What Is Game Theory?

Written by Coursera Staff • Updated on

Learn what game theory is and how it helps people and organizations understand competitive behavior and make strategic decisions that influence outcomes.

[Featured Image]: Three colleagues model choices to understand what game theory reveals about cooperation and competition.

Key takeaways

Game theory explains the logic behind strategy and competition when multiple players influence outcomes. Here are some important things to know:

  • Game theory originated in the 1940s as a mathematical framework for analyzing how people and organizations make decisions that depend on others.

  • Game theory helps economists and strategists understand competition, cooperation, and conflict in fields like business, politics, and biology.

  • You can start learning game theory by examining how your own choices depend on others' decisions.

Learn how game theory explains real-world decision making and the motivations behind it. Build your analytical and strategic skills by enrolling in Stanford’s Game Theory course, where you can practice modeling interactions and explore how different choices shape results.

What is game theory?

Game theory is a mathematical discipline you can use to study strategic decision making. It examines how you and others (players) behave when the outcome (risk or reward) of a situation (game) depends on more than your choices. What you gain or lose depends on what everyone else involved decides to do, too.

The field dates back to the 1940s, when mathematician John von Neumann and economist Oskar Morgenstern published The Theory of Games and Economic Behavior [1]. Their work showed economists a new way to analyze how people and companies make decisions when they're trying to anticipate what others will do.

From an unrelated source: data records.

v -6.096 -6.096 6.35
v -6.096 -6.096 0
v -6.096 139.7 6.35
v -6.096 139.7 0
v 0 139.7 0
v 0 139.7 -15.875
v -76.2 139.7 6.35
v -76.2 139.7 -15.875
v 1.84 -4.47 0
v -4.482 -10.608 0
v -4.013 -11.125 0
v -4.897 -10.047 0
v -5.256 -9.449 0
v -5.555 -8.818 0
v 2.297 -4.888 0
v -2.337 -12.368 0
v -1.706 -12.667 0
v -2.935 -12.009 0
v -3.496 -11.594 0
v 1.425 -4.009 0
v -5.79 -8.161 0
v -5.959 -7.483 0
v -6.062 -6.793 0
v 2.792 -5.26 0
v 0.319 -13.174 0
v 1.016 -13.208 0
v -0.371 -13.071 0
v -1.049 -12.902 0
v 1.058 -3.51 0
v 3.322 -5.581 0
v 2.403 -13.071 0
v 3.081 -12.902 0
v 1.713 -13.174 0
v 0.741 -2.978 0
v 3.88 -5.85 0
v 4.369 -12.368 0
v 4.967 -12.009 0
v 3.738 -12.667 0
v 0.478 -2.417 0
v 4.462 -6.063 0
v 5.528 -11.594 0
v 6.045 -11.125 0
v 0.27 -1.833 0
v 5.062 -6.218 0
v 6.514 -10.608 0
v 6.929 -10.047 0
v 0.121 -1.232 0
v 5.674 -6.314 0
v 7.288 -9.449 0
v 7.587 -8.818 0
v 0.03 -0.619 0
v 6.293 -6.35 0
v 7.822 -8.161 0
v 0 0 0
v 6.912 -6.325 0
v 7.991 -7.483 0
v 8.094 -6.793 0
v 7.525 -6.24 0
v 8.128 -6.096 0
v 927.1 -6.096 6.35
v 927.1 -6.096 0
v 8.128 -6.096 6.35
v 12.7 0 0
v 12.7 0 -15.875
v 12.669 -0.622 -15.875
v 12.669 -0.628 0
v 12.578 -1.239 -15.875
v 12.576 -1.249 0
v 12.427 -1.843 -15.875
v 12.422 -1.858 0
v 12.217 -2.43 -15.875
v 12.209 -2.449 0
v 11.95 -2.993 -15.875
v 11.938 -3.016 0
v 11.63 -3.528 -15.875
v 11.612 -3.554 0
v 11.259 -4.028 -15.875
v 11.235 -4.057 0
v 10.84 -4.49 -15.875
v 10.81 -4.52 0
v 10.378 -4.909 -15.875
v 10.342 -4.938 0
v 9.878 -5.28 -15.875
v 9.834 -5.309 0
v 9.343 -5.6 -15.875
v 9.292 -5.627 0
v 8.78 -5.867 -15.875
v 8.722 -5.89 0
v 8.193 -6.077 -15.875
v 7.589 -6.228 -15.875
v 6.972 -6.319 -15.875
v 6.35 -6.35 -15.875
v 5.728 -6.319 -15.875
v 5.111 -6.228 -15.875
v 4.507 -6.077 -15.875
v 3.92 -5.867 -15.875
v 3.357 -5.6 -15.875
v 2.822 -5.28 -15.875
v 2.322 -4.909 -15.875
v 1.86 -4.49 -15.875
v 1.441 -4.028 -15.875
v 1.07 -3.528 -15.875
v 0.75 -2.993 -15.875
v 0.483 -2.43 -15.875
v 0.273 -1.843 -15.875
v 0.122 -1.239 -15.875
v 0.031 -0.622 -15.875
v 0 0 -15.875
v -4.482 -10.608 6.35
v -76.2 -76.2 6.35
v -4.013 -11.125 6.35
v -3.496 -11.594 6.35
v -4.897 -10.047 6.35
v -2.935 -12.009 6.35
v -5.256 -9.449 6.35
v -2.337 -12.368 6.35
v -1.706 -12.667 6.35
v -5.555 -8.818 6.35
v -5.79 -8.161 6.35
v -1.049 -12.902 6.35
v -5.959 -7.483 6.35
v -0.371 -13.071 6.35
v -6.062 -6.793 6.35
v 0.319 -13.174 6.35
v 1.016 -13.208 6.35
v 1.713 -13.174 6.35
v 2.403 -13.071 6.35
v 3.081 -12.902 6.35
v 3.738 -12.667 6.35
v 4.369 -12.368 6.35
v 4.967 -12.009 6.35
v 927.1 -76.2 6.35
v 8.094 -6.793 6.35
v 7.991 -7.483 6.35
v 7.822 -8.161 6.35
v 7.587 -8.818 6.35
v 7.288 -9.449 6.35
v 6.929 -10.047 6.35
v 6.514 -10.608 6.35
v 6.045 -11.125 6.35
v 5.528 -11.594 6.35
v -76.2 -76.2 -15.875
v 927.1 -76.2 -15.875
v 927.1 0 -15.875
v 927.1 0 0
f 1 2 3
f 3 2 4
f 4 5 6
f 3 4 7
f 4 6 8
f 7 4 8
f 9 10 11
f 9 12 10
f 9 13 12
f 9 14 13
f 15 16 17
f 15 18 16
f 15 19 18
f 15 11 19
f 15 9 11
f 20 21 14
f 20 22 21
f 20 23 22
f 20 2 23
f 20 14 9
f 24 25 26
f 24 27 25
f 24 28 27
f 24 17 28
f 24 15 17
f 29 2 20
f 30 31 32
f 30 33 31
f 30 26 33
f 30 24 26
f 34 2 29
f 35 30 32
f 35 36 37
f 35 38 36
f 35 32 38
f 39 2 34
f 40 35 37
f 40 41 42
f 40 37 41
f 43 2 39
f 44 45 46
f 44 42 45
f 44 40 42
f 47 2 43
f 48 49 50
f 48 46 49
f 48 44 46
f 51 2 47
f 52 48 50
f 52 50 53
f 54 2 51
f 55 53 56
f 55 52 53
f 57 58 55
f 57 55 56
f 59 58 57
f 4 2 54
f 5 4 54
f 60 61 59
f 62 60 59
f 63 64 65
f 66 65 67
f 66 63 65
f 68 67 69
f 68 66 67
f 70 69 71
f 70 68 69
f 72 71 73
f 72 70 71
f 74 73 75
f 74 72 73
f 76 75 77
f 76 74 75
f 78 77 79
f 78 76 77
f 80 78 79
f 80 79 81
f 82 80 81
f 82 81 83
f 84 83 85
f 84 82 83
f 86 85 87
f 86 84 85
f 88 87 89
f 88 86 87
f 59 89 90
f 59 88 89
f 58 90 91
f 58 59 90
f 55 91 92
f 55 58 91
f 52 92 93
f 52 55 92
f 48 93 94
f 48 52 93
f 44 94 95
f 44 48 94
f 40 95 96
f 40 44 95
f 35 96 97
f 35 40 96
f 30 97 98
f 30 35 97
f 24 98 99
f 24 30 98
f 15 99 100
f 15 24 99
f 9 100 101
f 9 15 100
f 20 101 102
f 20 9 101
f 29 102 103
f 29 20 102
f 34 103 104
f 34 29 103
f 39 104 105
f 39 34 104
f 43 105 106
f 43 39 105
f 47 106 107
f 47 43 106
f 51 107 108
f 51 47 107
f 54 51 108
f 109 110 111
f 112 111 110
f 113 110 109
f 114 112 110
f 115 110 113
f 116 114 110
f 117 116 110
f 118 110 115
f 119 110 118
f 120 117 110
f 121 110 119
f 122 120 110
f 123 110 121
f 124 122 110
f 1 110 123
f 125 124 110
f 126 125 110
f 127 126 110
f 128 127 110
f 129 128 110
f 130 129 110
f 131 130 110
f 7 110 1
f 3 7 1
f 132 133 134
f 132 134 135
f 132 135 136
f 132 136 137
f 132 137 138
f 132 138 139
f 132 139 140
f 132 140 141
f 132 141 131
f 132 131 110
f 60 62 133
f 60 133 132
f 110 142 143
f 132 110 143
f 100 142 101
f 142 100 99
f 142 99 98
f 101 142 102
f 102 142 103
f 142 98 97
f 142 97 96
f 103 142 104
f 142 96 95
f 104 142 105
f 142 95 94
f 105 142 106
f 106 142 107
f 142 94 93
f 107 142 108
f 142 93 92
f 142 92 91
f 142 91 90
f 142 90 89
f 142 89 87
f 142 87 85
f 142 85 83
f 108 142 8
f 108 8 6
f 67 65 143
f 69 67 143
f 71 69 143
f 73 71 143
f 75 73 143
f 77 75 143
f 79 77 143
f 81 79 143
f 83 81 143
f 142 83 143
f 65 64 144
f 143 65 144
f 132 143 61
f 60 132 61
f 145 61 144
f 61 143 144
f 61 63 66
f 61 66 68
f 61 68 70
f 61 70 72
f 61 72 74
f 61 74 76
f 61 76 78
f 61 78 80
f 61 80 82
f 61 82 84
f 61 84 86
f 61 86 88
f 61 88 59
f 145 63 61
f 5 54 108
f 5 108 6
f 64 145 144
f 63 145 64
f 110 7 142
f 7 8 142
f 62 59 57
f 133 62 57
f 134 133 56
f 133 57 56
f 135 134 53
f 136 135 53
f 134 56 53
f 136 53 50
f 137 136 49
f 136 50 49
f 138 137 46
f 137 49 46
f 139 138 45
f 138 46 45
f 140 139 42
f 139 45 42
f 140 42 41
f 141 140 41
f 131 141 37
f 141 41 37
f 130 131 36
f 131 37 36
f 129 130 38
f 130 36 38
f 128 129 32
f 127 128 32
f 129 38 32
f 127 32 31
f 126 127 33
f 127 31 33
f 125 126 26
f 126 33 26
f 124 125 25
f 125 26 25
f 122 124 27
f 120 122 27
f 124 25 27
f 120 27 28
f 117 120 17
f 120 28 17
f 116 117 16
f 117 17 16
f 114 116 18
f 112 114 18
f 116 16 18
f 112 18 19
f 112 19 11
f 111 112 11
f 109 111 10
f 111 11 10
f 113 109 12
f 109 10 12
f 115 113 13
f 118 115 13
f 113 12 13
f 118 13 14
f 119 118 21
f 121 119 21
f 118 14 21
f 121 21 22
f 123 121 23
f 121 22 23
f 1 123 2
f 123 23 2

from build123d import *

# Parameters (mm, degrees)
F1_DEPTH = 15.875
F2_DEPTH = 6.35


# Not quite as in the source:
# - a length typed as a fraction of an inch, garbled in the dataset ("3 / 203.2 mm" for 3/8 in), is restored


with BuildPart() as f1:
    # F0 (on Top) → F1 (new body)
    with BuildSketch(Plane.XY):
        with BuildLine():
            Line((927.1, 0), (12.7, 0))
            ThreePointArc((12.7, 0), (11.43, -3.81), (8.128, -6.096))
            Line((8.128, -6.096), (927.1, -6.096))
            Line((927.1, -6.096), (927.1, 0))
        make_face()
        with BuildLine():
            Line((927.1, -6.096), (8.128, -6.096))
            ThreePointArc((8.128, -6.096), (1.016, -13.208), (-6.096, -6.096))
            Line((-6.096, -6.096), (-6.096, 139.7))
            Line((-6.096, 139.7), (-76.2, 139.7))
            Line((-76.2, 139.7), (-76.2, -76.2))
            Line((-76.2, -76.2), (927.1, -76.2))
            Line((927.1, -76.2), (927.1, -6.096))
        make_face()
        with BuildLine():
            ThreePointArc((-6.096, -6.096), (1.016, -13.208), (8.128, -6.096))
            ThreePointArc((8.128, -6.096), (2.54, -5.08), (0, 0))
            Line((0, 0), (0, 139.7))
            Line((0, 139.7), (-6.096, 139.7))
            Line((-6.096, 139.7), (-6.096, -6.096))
        make_face()
    extrude(amount=-F1_DEPTH)

    # F0 (on Top) → F2 (join)
    with BuildSketch(Plane.XY):
        with BuildLine():
            Line((927.1, -6.096), (8.128, -6.096))
            ThreePointArc((8.128, -6.096), (1.016, -13.208), (-6.096, -6.096))
            Line((-6.096, -6.096), (-6.096, 139.7))
            Line((-6.096, 139.7), (-76.2, 139.7))
            Line((-76.2, 139.7), (-76.2, -76.2))
            Line((-76.2, -76.2), (927.1, -76.2))
            Line((927.1, -76.2), (927.1, -6.096))
        make_face()
    extrude(amount=F2_DEPTH)


solid = f1.part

In the following decade, mathematician John Nash introduced the idea that in certain situations, no player can improve their outcome by changing strategy while others stick with theirs [2]. Known as the Nash Equilibrium, this idea made game theory useful for analyzing everyday business competition, not just situations with definite winners and losers.

What is game theory used for?

You can use game theory to understand competition, cooperation, and conflict across many fields. Applications span business, politics, law, sports, biology, and even everyday decision making.

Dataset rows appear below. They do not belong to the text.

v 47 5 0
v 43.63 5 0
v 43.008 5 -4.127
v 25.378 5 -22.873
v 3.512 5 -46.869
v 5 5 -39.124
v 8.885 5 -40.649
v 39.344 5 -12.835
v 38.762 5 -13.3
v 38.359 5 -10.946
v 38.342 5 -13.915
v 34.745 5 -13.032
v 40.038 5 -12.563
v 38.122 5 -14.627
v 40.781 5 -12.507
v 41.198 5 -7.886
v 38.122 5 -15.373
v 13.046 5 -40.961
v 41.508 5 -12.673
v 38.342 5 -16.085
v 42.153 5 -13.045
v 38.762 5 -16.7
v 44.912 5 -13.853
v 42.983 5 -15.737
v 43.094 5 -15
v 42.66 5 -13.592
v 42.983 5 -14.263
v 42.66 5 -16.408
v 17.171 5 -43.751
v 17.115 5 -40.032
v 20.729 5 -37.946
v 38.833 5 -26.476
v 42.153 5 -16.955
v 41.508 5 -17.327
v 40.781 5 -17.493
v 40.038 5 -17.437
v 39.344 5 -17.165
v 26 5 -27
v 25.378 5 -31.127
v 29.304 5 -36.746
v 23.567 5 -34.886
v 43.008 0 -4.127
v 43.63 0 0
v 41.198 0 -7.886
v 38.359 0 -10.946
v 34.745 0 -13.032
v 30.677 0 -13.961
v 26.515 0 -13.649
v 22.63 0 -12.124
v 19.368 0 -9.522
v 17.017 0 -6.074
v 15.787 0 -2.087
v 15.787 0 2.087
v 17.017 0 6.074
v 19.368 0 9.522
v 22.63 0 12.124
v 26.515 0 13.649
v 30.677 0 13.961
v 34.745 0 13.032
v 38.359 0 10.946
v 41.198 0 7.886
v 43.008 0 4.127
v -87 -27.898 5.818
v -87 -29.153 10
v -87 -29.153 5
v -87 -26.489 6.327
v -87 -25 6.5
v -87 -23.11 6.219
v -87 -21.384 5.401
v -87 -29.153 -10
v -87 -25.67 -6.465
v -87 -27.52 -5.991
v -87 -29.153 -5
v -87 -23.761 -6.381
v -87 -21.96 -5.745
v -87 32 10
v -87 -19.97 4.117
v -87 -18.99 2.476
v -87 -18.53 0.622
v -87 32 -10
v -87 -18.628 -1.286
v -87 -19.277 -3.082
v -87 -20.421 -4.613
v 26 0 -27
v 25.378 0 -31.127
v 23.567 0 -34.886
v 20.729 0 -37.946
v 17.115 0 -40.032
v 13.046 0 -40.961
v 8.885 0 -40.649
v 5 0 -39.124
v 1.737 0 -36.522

  • Business: Set prices against competitors, choose locations, and design compensation systems for employees.

  • Sports and competition: Vary strategies to keep opponents guessing.

  • Public policy: Predict coalitions among voters and select people for a jury.

  • Biology: Analyze animal and plant survival behavior.

  • Negotiation: Build credible positions in bargaining and diplomacy.

Read more: How to Improve Your Negotiation Skills

What is a dominant strategy in game theory?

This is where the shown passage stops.